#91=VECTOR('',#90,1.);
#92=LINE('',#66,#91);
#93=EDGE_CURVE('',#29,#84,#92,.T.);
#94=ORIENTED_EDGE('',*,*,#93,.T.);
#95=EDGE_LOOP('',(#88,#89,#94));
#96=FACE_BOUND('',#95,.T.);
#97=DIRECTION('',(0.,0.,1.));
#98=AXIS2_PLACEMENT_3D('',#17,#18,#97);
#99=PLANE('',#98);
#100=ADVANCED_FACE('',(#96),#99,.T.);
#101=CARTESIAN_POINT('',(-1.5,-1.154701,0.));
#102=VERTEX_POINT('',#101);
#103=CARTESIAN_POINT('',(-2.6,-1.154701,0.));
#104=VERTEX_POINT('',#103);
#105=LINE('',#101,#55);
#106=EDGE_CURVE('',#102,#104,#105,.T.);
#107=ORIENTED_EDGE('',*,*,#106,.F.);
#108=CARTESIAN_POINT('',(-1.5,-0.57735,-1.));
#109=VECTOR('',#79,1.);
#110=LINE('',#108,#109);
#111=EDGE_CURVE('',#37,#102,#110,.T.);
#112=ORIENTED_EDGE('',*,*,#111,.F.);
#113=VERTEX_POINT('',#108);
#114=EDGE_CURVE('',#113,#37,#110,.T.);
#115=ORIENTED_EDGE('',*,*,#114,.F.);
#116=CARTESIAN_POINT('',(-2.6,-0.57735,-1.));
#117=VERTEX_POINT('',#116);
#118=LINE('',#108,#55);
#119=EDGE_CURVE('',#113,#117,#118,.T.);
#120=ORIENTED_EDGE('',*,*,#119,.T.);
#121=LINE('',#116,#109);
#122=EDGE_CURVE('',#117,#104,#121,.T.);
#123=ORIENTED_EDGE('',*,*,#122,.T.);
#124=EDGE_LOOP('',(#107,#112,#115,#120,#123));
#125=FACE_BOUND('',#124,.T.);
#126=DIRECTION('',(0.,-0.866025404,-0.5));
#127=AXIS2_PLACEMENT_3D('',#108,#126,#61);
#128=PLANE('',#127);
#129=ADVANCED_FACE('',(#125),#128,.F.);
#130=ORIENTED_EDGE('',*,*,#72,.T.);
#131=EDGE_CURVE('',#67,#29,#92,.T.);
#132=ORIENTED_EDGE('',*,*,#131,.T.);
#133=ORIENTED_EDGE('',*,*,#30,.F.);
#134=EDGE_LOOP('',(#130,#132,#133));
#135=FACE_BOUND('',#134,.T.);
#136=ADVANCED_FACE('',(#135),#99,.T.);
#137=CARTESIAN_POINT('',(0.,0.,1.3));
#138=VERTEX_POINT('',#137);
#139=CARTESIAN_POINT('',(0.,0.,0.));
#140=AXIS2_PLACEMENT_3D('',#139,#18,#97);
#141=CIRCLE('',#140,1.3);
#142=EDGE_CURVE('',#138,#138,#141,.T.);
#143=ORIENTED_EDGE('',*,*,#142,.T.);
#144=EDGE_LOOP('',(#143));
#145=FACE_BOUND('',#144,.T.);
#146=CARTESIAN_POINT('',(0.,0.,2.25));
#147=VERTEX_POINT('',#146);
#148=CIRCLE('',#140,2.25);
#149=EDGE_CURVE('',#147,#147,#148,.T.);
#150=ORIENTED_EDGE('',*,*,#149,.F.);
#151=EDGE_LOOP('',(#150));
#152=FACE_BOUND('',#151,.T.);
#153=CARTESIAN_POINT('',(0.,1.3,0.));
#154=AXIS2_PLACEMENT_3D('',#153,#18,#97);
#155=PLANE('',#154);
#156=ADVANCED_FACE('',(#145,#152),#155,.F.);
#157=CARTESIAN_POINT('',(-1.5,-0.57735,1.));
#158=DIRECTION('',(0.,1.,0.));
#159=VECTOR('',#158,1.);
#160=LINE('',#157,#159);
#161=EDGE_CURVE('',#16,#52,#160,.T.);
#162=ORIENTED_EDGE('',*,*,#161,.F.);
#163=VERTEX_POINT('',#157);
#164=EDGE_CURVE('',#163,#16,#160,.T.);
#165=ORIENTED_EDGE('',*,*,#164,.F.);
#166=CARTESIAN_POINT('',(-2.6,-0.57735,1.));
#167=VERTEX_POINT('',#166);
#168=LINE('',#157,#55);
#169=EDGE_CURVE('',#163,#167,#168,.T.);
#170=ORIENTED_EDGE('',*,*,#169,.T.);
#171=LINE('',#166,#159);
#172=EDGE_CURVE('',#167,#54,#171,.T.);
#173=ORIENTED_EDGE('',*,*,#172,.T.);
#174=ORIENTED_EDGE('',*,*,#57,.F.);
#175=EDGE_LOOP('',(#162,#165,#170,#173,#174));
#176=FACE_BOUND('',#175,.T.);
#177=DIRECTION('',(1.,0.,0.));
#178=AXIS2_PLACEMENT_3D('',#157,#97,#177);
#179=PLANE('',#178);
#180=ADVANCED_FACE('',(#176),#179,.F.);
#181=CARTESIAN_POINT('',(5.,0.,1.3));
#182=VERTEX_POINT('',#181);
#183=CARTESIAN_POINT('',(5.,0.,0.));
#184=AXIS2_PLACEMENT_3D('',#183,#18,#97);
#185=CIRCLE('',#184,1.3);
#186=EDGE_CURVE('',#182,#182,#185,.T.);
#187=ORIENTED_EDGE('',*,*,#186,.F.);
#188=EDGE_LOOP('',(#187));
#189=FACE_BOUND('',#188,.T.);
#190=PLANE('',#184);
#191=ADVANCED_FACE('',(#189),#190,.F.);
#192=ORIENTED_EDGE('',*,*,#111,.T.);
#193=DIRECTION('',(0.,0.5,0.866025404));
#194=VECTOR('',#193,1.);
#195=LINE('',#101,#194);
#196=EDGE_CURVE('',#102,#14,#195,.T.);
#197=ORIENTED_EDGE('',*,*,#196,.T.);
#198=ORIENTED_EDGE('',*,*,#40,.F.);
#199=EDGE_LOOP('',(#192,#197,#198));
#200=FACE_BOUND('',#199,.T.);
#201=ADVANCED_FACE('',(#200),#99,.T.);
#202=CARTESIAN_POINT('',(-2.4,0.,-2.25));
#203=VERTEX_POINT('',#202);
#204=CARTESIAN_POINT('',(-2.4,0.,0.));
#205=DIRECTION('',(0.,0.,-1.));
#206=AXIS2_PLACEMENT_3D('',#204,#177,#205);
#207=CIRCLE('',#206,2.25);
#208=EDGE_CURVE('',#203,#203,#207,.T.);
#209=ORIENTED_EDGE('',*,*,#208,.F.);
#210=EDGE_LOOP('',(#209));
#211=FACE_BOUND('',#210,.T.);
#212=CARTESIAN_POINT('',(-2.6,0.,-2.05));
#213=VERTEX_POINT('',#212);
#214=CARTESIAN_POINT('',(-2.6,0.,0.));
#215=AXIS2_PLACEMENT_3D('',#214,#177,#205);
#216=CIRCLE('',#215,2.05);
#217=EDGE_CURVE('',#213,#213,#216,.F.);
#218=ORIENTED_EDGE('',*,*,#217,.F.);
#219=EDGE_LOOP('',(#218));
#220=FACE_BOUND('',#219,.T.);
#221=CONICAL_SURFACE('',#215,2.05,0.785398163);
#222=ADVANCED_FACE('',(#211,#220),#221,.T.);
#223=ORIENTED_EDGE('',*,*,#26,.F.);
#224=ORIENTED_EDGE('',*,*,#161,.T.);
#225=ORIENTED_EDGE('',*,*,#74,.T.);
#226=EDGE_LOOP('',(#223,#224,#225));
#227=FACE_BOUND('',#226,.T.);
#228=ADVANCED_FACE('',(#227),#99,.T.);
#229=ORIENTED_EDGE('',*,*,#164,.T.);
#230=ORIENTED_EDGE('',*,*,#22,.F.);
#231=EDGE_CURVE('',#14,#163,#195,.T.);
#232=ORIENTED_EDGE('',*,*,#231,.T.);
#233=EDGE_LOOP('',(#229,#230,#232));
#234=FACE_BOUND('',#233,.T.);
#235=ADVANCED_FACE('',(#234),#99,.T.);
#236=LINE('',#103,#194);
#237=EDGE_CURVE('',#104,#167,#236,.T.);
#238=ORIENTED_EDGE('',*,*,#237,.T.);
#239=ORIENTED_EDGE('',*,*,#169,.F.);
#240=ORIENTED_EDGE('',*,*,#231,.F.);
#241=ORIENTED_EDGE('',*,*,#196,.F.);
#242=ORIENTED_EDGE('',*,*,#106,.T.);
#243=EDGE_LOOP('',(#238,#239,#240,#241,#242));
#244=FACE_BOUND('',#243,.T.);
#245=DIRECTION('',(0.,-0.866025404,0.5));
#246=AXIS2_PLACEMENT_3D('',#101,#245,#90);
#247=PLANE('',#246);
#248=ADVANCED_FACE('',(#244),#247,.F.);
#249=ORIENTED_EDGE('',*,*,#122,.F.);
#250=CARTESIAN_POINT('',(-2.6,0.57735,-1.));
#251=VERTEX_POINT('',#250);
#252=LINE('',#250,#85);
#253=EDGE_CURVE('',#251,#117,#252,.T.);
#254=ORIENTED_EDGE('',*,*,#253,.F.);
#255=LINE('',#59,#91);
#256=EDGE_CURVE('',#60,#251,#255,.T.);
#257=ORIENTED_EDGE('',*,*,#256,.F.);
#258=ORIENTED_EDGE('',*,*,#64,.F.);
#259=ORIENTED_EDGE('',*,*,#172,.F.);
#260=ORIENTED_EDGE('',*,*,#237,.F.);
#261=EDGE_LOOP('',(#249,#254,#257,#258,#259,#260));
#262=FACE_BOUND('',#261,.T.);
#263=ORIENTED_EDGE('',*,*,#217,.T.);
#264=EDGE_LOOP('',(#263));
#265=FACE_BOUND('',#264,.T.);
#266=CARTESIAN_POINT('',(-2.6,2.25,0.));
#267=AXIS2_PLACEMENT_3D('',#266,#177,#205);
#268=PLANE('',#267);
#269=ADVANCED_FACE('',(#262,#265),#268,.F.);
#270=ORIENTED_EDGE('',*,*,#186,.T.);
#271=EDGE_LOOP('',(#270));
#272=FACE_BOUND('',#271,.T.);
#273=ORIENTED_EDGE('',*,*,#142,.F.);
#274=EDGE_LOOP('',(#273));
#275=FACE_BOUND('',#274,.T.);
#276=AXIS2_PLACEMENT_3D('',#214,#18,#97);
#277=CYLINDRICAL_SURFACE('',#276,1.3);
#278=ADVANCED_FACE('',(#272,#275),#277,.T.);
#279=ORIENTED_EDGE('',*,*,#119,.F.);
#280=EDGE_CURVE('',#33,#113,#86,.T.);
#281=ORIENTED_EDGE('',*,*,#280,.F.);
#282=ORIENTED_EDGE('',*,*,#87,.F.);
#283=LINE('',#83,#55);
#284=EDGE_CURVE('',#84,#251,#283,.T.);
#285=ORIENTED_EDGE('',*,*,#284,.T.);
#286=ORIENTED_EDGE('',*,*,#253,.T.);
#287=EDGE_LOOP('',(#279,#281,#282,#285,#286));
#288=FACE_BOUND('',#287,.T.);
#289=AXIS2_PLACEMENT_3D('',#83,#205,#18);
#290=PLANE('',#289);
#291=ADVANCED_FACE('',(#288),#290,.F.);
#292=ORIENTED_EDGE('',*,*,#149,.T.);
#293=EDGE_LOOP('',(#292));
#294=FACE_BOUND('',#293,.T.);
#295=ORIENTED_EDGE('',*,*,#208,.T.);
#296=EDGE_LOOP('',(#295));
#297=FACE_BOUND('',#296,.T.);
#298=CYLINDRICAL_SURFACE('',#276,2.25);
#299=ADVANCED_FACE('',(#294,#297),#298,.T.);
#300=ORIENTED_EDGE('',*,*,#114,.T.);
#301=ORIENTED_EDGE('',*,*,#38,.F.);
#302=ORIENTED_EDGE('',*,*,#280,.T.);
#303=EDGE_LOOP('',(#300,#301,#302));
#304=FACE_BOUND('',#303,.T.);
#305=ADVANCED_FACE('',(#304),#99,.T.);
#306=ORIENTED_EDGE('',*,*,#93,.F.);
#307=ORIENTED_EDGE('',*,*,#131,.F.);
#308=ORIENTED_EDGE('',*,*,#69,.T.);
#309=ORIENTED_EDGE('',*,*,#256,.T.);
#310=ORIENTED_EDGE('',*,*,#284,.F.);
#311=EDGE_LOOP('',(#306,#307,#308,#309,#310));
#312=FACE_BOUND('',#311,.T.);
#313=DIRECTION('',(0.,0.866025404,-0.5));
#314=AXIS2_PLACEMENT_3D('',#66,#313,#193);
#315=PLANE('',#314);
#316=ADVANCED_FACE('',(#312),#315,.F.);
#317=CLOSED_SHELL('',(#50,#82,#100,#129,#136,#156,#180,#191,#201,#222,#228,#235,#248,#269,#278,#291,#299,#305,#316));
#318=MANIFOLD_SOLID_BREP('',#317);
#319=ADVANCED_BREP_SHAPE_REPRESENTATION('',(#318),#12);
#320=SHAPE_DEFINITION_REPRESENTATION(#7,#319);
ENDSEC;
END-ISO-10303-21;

__WORK TO COMPLETE__:
Only one part of the material above is to be transcribed, namely the lines starting with the line that has "#110=LINE('',#108,#109);" and going on through the line that has "#119=EDGE_CURVE('',#113,#117,#118,.T.);", exactly as they stand.

__TASK ANSWER__:
#110=LINE('',#108,#109);
#111=EDGE_CURVE('',#37,#102,#110,.T.);
#112=ORIENTED_EDGE('',*,*,#111,.F.);
#113=VERTEX_POINT('',#108);
#114=EDGE_CURVE('',#113,#37,#110,.T.);
#115=ORIENTED_EDGE('',*,*,#114,.F.);
#116=CARTESIAN_POINT('',(-2.6,-0.57735,-1.));
#117=VERTEX_POINT('',#116);
#118=LINE('',#108,#55);
#119=EDGE_CURVE('',#113,#117,#118,.T.);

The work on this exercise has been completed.